▸ Task description: Go through the listing below and list every line with "BuildSketch".

▸ Material provided:

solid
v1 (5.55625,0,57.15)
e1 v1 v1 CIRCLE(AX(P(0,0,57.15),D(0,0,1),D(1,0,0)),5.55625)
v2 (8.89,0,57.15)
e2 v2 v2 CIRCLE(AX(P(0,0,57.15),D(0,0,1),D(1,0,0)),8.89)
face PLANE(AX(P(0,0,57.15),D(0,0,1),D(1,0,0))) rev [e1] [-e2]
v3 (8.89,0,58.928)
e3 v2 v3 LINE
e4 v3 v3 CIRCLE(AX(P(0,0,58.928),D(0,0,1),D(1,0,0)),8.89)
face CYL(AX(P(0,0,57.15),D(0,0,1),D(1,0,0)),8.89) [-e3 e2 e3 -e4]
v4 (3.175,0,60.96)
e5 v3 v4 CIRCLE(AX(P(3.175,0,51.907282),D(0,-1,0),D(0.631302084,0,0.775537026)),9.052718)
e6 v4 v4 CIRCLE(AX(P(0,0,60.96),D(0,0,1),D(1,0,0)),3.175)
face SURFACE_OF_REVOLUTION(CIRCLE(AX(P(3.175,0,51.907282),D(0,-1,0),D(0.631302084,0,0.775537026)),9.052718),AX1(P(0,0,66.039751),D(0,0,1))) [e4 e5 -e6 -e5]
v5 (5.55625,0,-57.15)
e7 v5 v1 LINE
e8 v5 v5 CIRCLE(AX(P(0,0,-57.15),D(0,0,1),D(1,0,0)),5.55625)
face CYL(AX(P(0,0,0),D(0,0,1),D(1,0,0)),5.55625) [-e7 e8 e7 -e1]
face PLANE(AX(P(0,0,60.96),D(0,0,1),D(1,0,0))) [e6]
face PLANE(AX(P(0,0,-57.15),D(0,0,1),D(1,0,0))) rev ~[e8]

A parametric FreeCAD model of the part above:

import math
import FreeCAD as App
import Part
import Sketcher

V = App.Vector
Q = App.Units.Quantity

doc = App.newDocument("Part")
body = doc.addObject("PartDesign::Body", "Body")

sketch1 = body.newObject("Sketcher::SketchObject", "Sketch")
sketch1.AttachmentSupport = (doc.getObject("XY_Plane"), [""])
sketch1.MapMode = "FlatFace"
sketch1.addGeometry(Part.Circle(V(0, 0, 0), V(0, 0, 1), 5.55625), False)
sketch1.addConstraint(Sketcher.Constraint("Coincident", 0, 3, -1, 1))
sketch1.addConstraint(Sketcher.Constraint("Diameter", 0, Q("0.4375 in")))
pad1 = body.newObject("PartDesign::Pad", "Pad")
pad1.Profile = sketch1
pad1.Length = Q("4.5 in")
pad1.Midplane = True

sketch2 = body.newObject("Sketcher::SketchObject", "Sketch001")
sketch2.AttachmentSupport = (doc.getObject("XZ_Plane"), [""])
sketch2.MapMode = "FlatFace"
sketch2.addGeometry(Part.LineSegment(V(0, 57.15, 0), V(8.89, 57.15, 0)), False)
sketch2.addGeometry(Part.LineSegment(V(8.89, 57.15, 0), V(8.89, 58.928, 0)), False)
sketch2.addGeometry(Part.ArcOfCircle(Part.Circle(V(3.175, 51.907282, 0), V(0, 0, 1), 9.052718), math.radians(50.853747), math.radians(90.000002)), False)
sketch2.addGeometry(Part.LineSegment(V(3.175, 60.96, 0), V(0, 60.96, 0)), False)
sketch2.addGeometry(Part.LineSegment(V(0, 60.96, 0), V(0, 57.15, 0)), False)
sketch2.addConstraint(Sketcher.Constraint("Coincident", 0, 2, 1, 1))
sketch2.addConstraint(Sketcher.Constraint("Coincident", 1, 2, 2, 1))
sketch2.addConstraint(Sketcher.Constraint("Tangent", 2, 2, 3, 1))
sketch2.addConstraint(Sketcher.Constraint("Coincident", 3, 2, 4, 1))
sketch2.addConstraint(Sketcher.Constraint("Coincident", 4, 2, 0, 1))
sketch2.addConstraint(Sketcher.Constraint("Horizontal", 0))
sketch2.addConstraint(Sketcher.Constraint("Vertical", 1))
sketch2.addConstraint(Sketcher.Constraint("Horizontal", 3))
sketch2.addConstraint(Sketcher.Constraint("Vertical", 4))
sketch2.addConstraint(Sketcher.Constraint("PointOnObject", 3, 2, -2))
sketch2.addConstraint(Sketcher.Constraint("DistanceX", 0, 1, 0, 2, Q("0.35 in")))
sketch2.addConstraint(Sketcher.Constraint("DistanceY", 1, 1, 1, 2, Q("0.07 in")))
sketch2.addConstraint(Sketcher.Constraint("DistanceY", 4, 2, 4, 1, Q("0.15 in")))
sketch2.addConstraint(Sketcher.Constraint("DistanceY", -1, 1, 2, 2, Q("2.4 in")))
sketch2.addConstraint(Sketcher.Constraint("DistanceX", 3, 2, 3, 1, Q("0.125 in")))
revolution = body.newObject("PartDesign::Revolution", "Revolution")
revolution.Profile = sketch2
revolution.ReferenceAxis = (sketch2, ["V_Axis"])
revolution.Angle = 360

doc.recompute()
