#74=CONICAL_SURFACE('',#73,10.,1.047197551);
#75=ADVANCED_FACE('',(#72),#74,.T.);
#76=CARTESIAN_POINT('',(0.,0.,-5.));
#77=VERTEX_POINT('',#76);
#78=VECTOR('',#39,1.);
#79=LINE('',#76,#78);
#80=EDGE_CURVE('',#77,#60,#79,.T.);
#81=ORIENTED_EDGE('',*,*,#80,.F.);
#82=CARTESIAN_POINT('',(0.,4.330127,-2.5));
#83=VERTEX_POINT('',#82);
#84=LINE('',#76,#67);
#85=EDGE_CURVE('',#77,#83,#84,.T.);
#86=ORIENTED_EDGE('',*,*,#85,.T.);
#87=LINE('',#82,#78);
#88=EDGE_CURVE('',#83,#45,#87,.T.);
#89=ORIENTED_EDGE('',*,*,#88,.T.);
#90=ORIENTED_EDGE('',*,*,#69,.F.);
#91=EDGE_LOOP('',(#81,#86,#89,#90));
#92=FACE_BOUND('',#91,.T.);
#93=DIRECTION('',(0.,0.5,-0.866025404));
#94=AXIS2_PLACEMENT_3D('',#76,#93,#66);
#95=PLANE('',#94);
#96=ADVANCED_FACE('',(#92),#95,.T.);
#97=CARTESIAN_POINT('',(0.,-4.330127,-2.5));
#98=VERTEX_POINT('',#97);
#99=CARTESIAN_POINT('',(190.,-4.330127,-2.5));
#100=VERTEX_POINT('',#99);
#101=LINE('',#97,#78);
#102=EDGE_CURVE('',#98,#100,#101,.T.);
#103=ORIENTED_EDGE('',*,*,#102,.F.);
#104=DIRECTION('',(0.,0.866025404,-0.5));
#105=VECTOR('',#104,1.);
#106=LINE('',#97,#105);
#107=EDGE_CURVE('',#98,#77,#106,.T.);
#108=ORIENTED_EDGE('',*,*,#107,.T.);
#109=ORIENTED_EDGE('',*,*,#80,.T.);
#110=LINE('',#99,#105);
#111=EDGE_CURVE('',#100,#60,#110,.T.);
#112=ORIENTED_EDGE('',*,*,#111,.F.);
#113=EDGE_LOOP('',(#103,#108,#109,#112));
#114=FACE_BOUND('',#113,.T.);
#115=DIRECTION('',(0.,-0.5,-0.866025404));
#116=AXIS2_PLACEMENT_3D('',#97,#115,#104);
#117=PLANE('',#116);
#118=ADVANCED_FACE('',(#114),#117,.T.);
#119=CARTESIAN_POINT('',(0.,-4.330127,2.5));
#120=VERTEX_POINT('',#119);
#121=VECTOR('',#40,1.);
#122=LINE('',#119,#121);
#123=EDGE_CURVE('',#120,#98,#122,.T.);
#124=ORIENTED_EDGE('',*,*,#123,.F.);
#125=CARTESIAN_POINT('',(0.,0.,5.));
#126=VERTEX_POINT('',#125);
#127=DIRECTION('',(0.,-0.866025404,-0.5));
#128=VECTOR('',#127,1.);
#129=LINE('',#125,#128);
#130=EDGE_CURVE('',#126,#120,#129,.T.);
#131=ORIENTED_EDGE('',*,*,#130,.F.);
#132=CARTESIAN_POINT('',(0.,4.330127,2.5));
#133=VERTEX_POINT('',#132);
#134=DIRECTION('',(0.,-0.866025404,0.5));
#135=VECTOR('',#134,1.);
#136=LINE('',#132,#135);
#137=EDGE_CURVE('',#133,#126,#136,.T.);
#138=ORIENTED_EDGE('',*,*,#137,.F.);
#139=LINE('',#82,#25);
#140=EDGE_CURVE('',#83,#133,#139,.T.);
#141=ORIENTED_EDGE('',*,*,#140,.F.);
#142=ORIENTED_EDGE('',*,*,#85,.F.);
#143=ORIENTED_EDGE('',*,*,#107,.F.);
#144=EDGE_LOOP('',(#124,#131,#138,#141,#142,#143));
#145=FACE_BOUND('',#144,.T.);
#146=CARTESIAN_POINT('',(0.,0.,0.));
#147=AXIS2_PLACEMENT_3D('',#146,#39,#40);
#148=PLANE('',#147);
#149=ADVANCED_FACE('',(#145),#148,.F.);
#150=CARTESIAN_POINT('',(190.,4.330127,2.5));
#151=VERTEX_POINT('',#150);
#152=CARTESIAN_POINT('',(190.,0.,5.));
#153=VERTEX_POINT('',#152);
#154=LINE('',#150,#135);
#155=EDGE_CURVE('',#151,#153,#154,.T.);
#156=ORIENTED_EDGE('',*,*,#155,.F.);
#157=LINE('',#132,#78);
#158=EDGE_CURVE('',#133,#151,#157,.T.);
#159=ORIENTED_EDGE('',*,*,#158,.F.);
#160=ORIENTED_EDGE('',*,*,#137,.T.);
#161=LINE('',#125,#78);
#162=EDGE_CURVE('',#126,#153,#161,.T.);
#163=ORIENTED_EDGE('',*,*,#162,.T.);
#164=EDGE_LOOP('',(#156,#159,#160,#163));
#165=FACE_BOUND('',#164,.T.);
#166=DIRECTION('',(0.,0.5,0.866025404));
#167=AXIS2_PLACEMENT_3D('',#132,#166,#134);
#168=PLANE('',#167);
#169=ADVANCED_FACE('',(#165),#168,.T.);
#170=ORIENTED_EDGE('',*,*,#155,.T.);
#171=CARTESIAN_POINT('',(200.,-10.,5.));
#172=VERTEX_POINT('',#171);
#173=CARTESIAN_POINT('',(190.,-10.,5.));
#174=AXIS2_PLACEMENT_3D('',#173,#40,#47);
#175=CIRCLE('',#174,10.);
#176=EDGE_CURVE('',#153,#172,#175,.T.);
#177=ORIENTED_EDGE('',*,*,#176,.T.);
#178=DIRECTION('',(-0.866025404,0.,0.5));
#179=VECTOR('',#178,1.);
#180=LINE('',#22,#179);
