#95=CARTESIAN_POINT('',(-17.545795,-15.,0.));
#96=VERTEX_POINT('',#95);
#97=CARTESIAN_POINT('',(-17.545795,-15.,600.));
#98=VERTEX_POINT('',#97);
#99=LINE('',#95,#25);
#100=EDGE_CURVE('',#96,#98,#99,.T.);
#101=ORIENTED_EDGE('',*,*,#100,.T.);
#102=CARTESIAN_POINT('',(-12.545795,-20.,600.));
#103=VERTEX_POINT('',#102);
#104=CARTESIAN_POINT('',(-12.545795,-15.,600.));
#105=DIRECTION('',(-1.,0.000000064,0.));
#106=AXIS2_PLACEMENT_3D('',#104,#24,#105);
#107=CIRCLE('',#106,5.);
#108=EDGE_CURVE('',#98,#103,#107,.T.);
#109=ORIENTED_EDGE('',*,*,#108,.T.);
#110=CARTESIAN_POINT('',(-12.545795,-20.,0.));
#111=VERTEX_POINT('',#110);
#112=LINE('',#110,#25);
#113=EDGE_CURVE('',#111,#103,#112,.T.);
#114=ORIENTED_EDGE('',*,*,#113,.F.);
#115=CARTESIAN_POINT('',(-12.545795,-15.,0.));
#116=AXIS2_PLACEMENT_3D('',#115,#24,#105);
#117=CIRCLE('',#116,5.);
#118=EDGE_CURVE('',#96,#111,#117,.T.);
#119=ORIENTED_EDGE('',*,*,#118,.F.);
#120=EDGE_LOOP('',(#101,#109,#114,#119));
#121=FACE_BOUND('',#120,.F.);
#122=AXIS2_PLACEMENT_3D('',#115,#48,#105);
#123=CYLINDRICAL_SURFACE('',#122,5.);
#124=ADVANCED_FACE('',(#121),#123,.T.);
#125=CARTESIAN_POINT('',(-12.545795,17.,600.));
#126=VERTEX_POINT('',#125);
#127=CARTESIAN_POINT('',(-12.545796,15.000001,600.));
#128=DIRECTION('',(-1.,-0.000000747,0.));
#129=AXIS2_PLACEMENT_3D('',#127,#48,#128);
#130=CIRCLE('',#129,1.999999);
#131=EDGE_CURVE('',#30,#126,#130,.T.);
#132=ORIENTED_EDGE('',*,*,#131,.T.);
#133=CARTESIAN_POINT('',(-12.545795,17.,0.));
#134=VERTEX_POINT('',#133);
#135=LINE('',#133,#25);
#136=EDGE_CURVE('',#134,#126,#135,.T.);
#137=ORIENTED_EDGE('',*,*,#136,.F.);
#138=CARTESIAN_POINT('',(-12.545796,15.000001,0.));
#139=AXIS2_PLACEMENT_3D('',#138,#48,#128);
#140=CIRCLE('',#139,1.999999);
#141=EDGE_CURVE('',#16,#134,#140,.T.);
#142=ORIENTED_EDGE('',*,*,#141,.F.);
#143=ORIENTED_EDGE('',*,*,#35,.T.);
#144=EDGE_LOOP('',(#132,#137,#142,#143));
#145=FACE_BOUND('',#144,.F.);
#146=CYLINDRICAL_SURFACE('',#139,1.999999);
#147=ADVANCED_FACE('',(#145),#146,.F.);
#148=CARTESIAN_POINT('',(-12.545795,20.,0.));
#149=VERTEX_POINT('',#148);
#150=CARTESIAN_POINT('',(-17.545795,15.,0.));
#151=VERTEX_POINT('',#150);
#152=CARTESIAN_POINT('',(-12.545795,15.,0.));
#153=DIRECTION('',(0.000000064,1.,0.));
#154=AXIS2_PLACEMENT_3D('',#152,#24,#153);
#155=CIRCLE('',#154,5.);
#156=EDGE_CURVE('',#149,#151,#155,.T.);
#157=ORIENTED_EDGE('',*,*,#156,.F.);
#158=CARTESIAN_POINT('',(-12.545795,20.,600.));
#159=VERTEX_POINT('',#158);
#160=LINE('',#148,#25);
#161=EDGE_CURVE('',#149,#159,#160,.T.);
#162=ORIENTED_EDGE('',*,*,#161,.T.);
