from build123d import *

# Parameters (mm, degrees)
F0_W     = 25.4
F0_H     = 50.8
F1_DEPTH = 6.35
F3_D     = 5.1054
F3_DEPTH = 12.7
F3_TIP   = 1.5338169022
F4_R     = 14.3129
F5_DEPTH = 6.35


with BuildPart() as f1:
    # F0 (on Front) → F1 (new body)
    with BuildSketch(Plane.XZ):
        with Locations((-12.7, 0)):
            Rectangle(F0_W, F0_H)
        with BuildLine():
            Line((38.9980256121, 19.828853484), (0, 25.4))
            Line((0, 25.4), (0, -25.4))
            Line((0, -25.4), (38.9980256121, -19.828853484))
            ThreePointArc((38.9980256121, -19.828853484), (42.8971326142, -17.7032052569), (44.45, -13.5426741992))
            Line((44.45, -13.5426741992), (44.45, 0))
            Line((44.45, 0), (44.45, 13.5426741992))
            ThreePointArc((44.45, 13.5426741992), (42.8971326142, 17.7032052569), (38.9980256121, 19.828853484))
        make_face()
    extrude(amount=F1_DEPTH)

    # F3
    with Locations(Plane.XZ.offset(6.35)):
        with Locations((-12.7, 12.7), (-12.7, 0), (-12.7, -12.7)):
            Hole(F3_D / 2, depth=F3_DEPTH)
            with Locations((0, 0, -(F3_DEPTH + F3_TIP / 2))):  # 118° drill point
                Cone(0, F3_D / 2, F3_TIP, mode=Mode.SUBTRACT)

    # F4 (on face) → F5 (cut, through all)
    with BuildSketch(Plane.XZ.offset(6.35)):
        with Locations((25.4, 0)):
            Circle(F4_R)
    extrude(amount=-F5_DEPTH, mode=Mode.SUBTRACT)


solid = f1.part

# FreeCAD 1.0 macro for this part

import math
import FreeCAD as App
import Part
import Sketcher
Q = App.Units.Quantity

doc = App.newDocument("Part")
body = doc.addObject("PartDesign::Body", "Body")

# Sketch on XZ plane
sketch1 = body.newObject("Sketcher::SketchObject", "Sketch")
sketch1.AttachmentSupport = (doc.getObject("XZ_Plane"), [""])
sketch1.MapMode = "FlatFace"
sketch1.addGeometry([
    Part.LineSegment(App.Vector(-25.4, 25.4, 0), App.Vector(-25.4, -25.4, 0)),  # 0
    Part.LineSegment(App.Vector(-25.4, -25.4, 0), App.Vector(0, -25.4, 0)),  # 1
    Part.LineSegment(App.Vector(0, -25.4, 0), App.Vector(38.998026, -19.828853, 0)),  # 2
    Part.ArcOfCircle(Part.Circle(App.Vector(38.1, -13.542674, 0), App.Vector(0, 0, 1), 6.35), math.radians(-81.869898), math.radians(0)),  # 3
    Part.LineSegment(App.Vector(44.45, -13.542674, 0), App.Vector(44.45, 13.542674, 0)),  # 4
    Part.ArcOfCircle(Part.Circle(App.Vector(38.1, 13.542674, 0), App.Vector(0, 0, 1), 6.35), math.radians(0), math.radians(81.869898)),  # 5
    Part.LineSegment(App.Vector(38.998026, 19.828853, 0), App.Vector(0, 25.4, 0)),  # 6
    Part.LineSegment(App.Vector(0, 25.4, 0), App.Vector(-25.4, 25.4, 0)),  # 7
], False)
sketch1.addConstraint([
    Sketcher.Constraint("Coincident", 0, 2, 1, 1),
    Sketcher.Constraint("Coincident", 1, 2, 2, 1),
    Sketcher.Constraint("Tangent", 2, 2, 3, 1),
    Sketcher.Constraint("Tangent", 3, 2, 4, 1),
    Sketcher.Constraint("Tangent", 4, 2, 5, 1),
    Sketcher.Constraint("Tangent", 5, 2, 6, 1),
    Sketcher.Constraint("Coincident", 6, 2, 7, 1),
    Sketcher.Constraint("Coincident", 7, 2, 0, 1),
    Sketcher.Constraint("Vertical", 0),
    Sketcher.Constraint("Horizontal", 1),
    Sketcher.Constraint("Vertical", 4),
    Sketcher.Constraint("Horizontal", 7),
    Sketcher.Constraint("Equal", 3, 5),
    Sketcher.Constraint("Symmetric", 1, 2, 6, 2, -1, 1),
    Sketcher.Constraint("Symmetric", 2, 2, 5, 2, -1),
    Sketcher.Constraint("DistanceX", 1, 1, 1, 2, Q("1 in")),
    Sketcher.Constraint("DistanceY", 0, 2, 0, 1, Q("2 in")),
    Sketcher.Constraint("Radius", 3, Q("0.25 in")),
    Sketcher.Constraint("DistanceX", -1, 1, 3, 3, Q("1.5 in")),
    Sketcher.Constraint("DistanceY", 4, 1, 4, 2, Q("27.085348 mm")),
])
pad1 = body.newObject("PartDesign::Pad", "Pad")
pad1.Profile = sketch1
pad1.Length = Q("0.25 in")

# Sketch on XZ plane
sketch2 = body.newObject("Sketcher::SketchObject", "Sketch001")
sketch2.AttachmentSupport = (doc.getObject("XZ_Plane"), [""])
sketch2.MapMode = "FlatFace"
sketch2.AttachmentOffset = App.Placement(App.Vector(0, 0, 0.25 * 25.4), App.Rotation())
sketch2.addGeometry([
    Part.Circle(App.Vector(-12.7, 12.7, 0), App.Vector(0, 0, 1), 2.5527),
    Part.Circle(App.Vector(-12.7, 0, 0), App.Vector(0, 0, 1), 2.5527),
    Part.Circle(App.Vector(-12.7, -12.7, 0), App.Vector(0, 0, 1), 2.5527),
], False)
sketch2.addConstraint([
    Sketcher.Constraint("Equal", 0, 1),
    Sketcher.Constraint("Equal", 1, 2),
    Sketcher.Constraint("Symmetric", 0, 3, 2, 3, -1),
    Sketcher.Constraint("PointOnObject", 1, 3, -1),
    Sketcher.Constraint("Vertical", 0, 3, 1, 3),
    Sketcher.Constraint("Diameter", 0, Q("0.201 in")),
    Sketcher.Constraint("DistanceY", 2, 3, 0, 3, Q("1 in")),
    Sketcher.Constraint("DistanceX", 0, 3, -1, 1, Q("0.5 in")),
])
doc.recompute()
hole = body.newObject("PartDesign::Hole", "Hole")
hole.Profile = sketch2
hole.ThreadType = "None"
hole.Diameter = Q("0.201 in")
hole.DepthType = "Dimension"
hole.Depth = Q("0.5 in")
hole.DrillPoint = "Angled"
hole.DrillPointAngle = 118

# Sketch on XZ plane
sketch3 = body.newObject("Sketcher::SketchObject", "Sketch002")
sketch3.AttachmentSupport = (doc.getObject("XZ_Plane"), [""])
sketch3.MapMode = "FlatFace"
sketch3.AttachmentOffset = App.Placement(App.Vector(0, 0, 0.25 * 25.4), App.Rotation())
sketch3.addGeometry(Part.Circle(App.Vector(25.4, 0, 0), App.Vector(0, 0, 1), 14.3129), False)
sketch3.addConstraint([
    Sketcher.Constraint("PointOnObject", 0, 3, -1),
    Sketcher.Constraint("Diameter", 0, Q("1.127 in")),
    Sketcher.Constraint("DistanceX", -1, 1, 0, 3, Q("1 in")),
])
pocket1 = body.newObject("PartDesign::Pocket", "Pocket")
pocket1.Profile = sketch3
pocket1.Type = "ThroughAll"

doc.recompute()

▸ Reply:
    with BuildSketch(Plane.XZ):
    with BuildSketch(Plane.XZ.offset(6.35)):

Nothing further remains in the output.